Next-Basket Prediction using Bidirectional Transformers
Supervisor: Dr. Yücel Saygın
Overview
Next-basket recommendation (NBR) asks: given a customer’s complete purchase history, what items will appear in their next shopping basket? Unlike single-item next-click prediction, NBR must infer an unordered set of potentially co-dependent items — a substantially harder problem that more closely mirrors actual consumer behavior, where purchases of complementary items (recipe ingredients, fashion ensembles, printer consumables) co-occur within the same transaction.

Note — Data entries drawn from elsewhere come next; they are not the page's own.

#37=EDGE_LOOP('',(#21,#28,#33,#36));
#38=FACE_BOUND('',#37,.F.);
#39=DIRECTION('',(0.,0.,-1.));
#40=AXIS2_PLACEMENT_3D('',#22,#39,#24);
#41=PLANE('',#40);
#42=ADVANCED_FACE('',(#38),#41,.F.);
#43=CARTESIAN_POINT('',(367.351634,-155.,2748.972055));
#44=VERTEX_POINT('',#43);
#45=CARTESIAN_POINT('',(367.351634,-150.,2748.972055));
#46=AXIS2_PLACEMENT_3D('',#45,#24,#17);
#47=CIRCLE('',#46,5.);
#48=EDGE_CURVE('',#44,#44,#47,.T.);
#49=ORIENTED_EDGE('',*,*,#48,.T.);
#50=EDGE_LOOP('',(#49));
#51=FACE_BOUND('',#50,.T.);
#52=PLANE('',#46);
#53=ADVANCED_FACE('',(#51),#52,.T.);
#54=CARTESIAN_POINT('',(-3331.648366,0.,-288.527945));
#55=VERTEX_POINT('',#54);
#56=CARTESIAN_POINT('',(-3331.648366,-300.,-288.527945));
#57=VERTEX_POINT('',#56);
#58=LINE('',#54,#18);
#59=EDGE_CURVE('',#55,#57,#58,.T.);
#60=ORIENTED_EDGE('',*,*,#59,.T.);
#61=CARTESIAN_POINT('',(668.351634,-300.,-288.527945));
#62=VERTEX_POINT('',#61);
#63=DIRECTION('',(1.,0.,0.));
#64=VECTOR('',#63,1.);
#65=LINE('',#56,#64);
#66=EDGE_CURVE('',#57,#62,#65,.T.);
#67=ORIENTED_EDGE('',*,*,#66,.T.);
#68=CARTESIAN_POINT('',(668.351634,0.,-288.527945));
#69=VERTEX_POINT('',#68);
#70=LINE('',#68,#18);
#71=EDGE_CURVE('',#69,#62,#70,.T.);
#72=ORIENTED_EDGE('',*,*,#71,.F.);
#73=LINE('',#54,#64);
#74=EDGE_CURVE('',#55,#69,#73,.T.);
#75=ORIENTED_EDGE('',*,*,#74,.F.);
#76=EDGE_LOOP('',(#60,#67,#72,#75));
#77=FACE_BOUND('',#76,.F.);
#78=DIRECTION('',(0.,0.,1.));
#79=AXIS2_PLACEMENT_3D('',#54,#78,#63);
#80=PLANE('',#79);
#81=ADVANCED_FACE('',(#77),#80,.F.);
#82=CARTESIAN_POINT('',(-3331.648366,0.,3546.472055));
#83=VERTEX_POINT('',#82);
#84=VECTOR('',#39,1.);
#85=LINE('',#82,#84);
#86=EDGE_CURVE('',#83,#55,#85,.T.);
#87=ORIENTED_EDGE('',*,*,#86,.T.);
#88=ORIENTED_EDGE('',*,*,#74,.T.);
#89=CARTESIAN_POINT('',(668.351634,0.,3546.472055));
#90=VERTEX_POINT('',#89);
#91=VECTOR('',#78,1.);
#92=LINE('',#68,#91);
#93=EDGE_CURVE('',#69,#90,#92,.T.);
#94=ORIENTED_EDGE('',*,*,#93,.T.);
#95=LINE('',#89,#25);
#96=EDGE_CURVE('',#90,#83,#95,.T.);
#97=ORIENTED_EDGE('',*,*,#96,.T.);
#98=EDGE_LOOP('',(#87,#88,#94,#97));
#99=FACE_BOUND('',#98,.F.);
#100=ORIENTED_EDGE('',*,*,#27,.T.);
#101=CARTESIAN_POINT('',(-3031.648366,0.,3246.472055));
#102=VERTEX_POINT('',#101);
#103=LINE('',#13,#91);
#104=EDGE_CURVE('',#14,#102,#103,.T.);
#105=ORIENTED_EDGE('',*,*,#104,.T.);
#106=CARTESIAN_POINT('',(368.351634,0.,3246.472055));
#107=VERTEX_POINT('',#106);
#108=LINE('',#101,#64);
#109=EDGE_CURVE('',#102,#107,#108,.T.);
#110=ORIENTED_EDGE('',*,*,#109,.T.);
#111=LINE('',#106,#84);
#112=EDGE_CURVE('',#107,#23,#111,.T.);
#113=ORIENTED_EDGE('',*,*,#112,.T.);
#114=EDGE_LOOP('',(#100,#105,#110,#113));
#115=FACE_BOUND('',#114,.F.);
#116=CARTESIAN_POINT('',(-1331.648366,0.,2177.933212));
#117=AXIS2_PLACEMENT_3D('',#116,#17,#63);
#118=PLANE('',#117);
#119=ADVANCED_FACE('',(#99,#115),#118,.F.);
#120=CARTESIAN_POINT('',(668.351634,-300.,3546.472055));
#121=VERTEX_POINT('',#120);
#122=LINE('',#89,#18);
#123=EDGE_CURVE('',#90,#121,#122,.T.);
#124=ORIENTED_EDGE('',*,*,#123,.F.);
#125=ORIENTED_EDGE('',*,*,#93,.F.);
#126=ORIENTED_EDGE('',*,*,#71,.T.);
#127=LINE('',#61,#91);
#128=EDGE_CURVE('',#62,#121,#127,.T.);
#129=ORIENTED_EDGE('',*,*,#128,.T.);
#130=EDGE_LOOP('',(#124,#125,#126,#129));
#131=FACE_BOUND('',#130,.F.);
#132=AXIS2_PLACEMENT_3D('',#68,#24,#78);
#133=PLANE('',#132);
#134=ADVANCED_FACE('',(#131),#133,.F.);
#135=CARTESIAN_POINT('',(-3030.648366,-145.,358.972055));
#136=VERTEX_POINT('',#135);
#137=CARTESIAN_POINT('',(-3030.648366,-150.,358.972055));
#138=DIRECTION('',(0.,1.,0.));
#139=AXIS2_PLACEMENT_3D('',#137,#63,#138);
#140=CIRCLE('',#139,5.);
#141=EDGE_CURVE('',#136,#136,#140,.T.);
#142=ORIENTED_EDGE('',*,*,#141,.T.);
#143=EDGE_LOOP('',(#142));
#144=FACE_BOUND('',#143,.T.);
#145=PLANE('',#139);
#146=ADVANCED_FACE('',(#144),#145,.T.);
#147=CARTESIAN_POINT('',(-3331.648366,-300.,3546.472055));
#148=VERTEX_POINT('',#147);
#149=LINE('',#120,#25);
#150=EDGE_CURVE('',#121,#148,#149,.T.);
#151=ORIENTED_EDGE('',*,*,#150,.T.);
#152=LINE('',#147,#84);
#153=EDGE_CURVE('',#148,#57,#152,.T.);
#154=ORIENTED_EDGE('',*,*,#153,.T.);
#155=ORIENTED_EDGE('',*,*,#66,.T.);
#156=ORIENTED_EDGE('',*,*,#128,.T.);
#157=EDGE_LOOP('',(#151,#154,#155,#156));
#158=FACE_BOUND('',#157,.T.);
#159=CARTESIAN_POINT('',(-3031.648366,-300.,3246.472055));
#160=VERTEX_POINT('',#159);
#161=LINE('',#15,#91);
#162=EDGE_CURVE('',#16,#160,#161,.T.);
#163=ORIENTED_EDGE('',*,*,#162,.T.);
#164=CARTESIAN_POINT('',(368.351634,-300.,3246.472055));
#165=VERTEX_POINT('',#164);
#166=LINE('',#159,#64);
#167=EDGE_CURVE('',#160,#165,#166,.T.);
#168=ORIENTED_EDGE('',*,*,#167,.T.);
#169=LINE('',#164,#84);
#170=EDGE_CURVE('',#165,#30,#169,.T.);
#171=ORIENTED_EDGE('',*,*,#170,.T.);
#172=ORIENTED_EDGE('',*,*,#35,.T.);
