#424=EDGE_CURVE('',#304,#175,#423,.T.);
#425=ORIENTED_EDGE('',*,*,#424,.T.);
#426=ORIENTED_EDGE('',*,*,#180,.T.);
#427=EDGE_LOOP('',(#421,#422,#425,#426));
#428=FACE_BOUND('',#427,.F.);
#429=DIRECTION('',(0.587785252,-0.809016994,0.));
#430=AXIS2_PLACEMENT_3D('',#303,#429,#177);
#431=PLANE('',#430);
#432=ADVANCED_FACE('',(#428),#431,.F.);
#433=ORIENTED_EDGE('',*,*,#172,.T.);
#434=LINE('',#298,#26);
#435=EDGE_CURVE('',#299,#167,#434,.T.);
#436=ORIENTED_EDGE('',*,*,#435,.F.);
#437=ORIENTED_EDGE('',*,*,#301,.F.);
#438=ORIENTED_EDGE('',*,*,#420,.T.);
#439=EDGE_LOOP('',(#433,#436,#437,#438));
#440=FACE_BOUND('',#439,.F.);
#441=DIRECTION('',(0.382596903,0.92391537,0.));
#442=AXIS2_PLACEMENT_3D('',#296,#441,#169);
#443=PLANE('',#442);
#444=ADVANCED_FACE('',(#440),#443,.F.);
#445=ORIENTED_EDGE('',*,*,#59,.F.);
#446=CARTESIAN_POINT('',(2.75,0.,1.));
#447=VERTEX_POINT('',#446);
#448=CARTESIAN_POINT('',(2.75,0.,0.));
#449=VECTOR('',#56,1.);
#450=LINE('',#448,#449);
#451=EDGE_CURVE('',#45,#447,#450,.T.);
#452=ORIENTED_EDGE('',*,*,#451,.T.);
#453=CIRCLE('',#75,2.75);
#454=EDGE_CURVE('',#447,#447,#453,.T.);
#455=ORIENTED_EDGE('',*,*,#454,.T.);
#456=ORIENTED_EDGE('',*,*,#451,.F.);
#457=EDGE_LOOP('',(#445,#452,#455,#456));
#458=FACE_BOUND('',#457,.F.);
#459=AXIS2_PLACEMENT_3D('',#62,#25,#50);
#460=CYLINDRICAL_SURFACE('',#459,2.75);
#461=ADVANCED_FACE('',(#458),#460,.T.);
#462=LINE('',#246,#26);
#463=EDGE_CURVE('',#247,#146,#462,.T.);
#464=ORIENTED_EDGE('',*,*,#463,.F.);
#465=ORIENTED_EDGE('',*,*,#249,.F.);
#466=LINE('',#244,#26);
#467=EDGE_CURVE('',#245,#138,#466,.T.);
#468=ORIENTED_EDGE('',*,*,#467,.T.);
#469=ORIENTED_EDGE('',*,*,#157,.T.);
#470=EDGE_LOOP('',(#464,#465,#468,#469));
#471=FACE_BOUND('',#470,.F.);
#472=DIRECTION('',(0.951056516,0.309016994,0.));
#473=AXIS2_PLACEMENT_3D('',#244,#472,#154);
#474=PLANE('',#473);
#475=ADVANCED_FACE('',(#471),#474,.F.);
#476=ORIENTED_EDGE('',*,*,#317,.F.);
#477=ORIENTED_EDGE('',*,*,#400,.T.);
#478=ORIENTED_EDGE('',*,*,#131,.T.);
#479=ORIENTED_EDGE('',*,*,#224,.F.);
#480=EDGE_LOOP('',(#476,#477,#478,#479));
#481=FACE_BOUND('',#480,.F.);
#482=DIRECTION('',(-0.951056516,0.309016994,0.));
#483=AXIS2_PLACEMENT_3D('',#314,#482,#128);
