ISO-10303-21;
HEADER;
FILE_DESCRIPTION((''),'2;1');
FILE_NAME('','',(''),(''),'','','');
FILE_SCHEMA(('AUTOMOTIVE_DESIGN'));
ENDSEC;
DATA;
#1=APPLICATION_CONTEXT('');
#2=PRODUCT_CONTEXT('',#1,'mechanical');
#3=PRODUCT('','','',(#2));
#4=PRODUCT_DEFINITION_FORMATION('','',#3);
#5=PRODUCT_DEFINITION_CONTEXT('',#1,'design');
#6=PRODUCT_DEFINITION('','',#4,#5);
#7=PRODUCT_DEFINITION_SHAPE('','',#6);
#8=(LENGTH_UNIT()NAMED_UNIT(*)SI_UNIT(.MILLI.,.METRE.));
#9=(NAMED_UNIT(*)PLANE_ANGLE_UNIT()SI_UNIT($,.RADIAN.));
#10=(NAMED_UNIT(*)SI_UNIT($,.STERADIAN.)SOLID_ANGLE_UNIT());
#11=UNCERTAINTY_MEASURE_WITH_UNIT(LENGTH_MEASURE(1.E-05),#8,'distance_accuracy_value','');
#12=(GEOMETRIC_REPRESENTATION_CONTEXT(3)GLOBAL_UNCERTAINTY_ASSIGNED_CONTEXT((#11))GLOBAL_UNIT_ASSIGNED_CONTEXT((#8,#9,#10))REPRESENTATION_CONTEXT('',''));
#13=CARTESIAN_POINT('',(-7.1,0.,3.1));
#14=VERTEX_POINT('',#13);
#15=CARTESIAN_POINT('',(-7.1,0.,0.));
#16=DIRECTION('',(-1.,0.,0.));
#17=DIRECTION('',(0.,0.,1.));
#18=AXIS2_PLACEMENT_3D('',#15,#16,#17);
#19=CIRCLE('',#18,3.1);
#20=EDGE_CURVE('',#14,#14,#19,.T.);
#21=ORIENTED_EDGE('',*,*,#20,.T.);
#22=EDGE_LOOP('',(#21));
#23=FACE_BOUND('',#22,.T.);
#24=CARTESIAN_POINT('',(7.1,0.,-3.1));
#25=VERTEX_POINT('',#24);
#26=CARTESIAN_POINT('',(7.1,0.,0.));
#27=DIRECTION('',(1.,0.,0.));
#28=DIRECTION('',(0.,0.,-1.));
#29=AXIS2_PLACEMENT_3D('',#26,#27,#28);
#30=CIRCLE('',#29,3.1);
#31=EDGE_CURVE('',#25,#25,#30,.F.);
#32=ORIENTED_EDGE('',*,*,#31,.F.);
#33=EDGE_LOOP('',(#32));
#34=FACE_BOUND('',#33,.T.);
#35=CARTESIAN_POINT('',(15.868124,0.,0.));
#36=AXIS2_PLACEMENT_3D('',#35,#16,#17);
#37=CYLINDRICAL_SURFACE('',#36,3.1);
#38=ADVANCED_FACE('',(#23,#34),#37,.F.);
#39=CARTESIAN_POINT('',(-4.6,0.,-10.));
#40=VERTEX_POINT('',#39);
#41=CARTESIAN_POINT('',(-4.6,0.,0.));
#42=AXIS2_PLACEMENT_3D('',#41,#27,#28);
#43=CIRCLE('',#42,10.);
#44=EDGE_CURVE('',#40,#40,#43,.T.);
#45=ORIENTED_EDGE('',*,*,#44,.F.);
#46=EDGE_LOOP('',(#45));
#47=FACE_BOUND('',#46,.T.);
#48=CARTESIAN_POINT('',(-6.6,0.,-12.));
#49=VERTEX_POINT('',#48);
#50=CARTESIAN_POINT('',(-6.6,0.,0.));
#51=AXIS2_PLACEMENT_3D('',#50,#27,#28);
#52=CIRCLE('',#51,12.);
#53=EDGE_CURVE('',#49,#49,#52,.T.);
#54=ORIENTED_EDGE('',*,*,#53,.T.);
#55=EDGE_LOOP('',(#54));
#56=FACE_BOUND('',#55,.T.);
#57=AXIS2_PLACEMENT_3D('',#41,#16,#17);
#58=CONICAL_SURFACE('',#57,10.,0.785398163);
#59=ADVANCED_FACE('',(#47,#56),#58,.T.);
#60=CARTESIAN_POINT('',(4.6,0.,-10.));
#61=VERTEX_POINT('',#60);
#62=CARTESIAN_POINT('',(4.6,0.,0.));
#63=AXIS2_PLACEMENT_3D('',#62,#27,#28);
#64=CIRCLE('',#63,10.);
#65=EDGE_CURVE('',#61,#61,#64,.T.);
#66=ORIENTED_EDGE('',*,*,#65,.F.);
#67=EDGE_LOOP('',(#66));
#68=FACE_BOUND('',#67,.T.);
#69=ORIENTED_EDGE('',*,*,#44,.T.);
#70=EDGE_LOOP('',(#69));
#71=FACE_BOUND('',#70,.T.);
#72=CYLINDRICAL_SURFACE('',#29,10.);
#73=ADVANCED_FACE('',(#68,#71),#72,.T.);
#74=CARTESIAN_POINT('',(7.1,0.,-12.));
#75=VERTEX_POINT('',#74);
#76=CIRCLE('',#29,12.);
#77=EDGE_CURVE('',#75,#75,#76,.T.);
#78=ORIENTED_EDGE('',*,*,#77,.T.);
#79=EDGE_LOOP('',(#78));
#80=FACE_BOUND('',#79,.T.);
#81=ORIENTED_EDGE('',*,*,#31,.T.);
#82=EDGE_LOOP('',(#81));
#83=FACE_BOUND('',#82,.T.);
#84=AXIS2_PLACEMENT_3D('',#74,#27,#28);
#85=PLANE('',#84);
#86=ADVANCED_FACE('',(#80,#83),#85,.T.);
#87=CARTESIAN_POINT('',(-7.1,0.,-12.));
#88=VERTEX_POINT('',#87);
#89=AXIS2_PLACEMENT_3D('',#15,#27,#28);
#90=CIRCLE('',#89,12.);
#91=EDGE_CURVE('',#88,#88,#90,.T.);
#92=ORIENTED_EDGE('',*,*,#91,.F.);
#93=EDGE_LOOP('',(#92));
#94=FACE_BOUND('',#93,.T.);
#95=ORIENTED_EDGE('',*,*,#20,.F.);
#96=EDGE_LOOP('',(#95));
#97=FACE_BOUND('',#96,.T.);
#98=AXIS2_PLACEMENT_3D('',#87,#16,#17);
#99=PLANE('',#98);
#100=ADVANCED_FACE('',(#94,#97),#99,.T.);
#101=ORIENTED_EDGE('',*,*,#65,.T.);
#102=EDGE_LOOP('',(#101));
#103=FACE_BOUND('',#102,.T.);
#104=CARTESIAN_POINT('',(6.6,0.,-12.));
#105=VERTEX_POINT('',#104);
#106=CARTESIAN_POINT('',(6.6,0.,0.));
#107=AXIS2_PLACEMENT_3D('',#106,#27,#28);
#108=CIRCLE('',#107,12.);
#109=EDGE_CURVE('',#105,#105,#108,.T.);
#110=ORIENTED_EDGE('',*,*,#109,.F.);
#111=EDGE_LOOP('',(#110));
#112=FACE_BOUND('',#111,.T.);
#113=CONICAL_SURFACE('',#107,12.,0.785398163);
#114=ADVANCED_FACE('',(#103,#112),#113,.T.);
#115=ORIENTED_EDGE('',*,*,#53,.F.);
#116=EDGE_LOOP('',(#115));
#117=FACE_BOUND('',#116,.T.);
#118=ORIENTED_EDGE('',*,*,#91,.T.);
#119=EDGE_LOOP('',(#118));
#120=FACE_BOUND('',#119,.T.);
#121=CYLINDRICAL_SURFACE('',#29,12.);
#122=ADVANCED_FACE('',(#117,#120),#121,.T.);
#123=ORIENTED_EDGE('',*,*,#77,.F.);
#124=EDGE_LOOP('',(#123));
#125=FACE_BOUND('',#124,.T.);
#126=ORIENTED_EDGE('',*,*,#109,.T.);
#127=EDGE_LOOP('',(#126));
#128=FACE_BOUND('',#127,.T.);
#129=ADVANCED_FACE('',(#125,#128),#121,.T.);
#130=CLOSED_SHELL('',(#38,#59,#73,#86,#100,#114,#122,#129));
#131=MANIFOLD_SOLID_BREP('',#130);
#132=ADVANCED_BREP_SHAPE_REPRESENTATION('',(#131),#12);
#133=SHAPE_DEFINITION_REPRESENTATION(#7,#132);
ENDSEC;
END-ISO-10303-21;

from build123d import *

# Parameters (mm, degrees)
SKETCH3_R          = 3.1
CUT_EXTRUDE1_DEPTH = 14.2


with BuildPart() as part:
    # Sketch2 → Revolve1 (revolve)
    with BuildSketch(Plane(origin=(0, 0, 0), x_dir=(1, 0, 0), z_dir=(0, 1, 0))):
        Polygon((-7.1, 12), (-6.6, 12), (-4.6, 10), (4.6, 10), (6.6, 12), (7.1, 12), (7.1, 0), (-7.1, 0), align=None)
    revolve(axis=Axis((7.1, 0, 0), (-1, 0, 0)))

    # Sketch3 → Cut-Extrude1 (cut)
    with BuildSketch(Plane.ZY.offset(7.1)):
        Circle(SKETCH3_R)
    extrude(amount=-CUT_EXTRUDE1_DEPTH, mode=Mode.SUBTRACT)


solid = part.part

This project develops a progressive enhancement framework for NBR: beginning from a recurrent neural network baseline, each architectural and data-level modification is independently validated before the next is introduced, producing a clean ablation that isolates the contribution of each component.
Baseline and Enhancements
Baseline: Gated Recurrent Unit (GRU)
The starting architecture is a standard GRU encoder that processes the sequence of historical baskets and outputs next-basket predictions as a multi-label classification problem. GRUs capture temporal dependencies but are inherently unidirectional — the model can only condition predictions on past purchases, not on the full sequential context.
Enhancement 1: Bidirectional Transformer (BERT4Rec)
The GRU encoder is replaced with a bidirectional Transformer following the BERT4Rec architecture, which employs a Cloze-style masking objective: randomly masked items within the purchase sequence must be predicted from both left and right context simultaneously. This bidirectionality allows the model to capture co-purchase dependencies that a unidirectional encoder cannot — if a user systematically buys items A and C together, masking B and observing both neighbors enables the model to infer that structure.
Enhancement 2: Structured Data Augmentation
Four augmentation strategies address data sparsity — a pervasive challenge in behavioral recommendation datasets where many users have short or irregular purchase histories:
| Technique | Mechanism |
|---|---|
| Item masking | Randomly mask items within baskets during training, creating additional masked prediction targets |
| Sequence cropping | Truncate purchase histories to variable lengths, forcing robustness to incomplete histories |
| Sequence reversing | Train on reversed purchase sequences, regularizing temporal ordering assumptions |
| Intra-basket sorting | Reorder items within baskets under different criteria, diversifying co-occurrence signals |
These augmentations multiply the effective training signal for sparse users and reduce overfitting to specific sequential patterns.
Experimental Results
Experiments were conducted on the Retail Rocket dataset — a large-scale e-commerce clickstream and purchase dataset. Performance is measured by Recall@10, the fraction of true next-basket items appearing in the top-10 predictions:
| Model | Recall@10 |
|---|---|
| GRU baseline | 0.0177 |
| Transformer + Augmentation | 0.0658 |
| BERT4Rec standalone | 0.0731 |
The Transformer architecture alone produced the dominant share of improvement, with data augmentation providing further gains in generalization. BERT4Rec standalone achieved the highest Recall@10; the combined Transformer + augmentation system offered the best robustness-performance balance across user history lengths.
Key Finding
Bidirectional context modeling — conditioning item predictions on both preceding and subsequent purchases within the masked training objective — substantially outperforms forward-only sequential models for capturing the co-purchase structure of shopping baskets. The 4× improvement over the GRU baseline (0.0177 → 0.0731) demonstrates that architectural choice is the dominant factor, with data augmentation contributing meaningful additional generalization on sparse histories.
The progressive enhancement methodology itself is a transferable contribution: it provides a rigorous framework for isolating the source of performance gains in recommendation systems, as opposed to reporting aggregate improvements from bundles of simultaneous changes.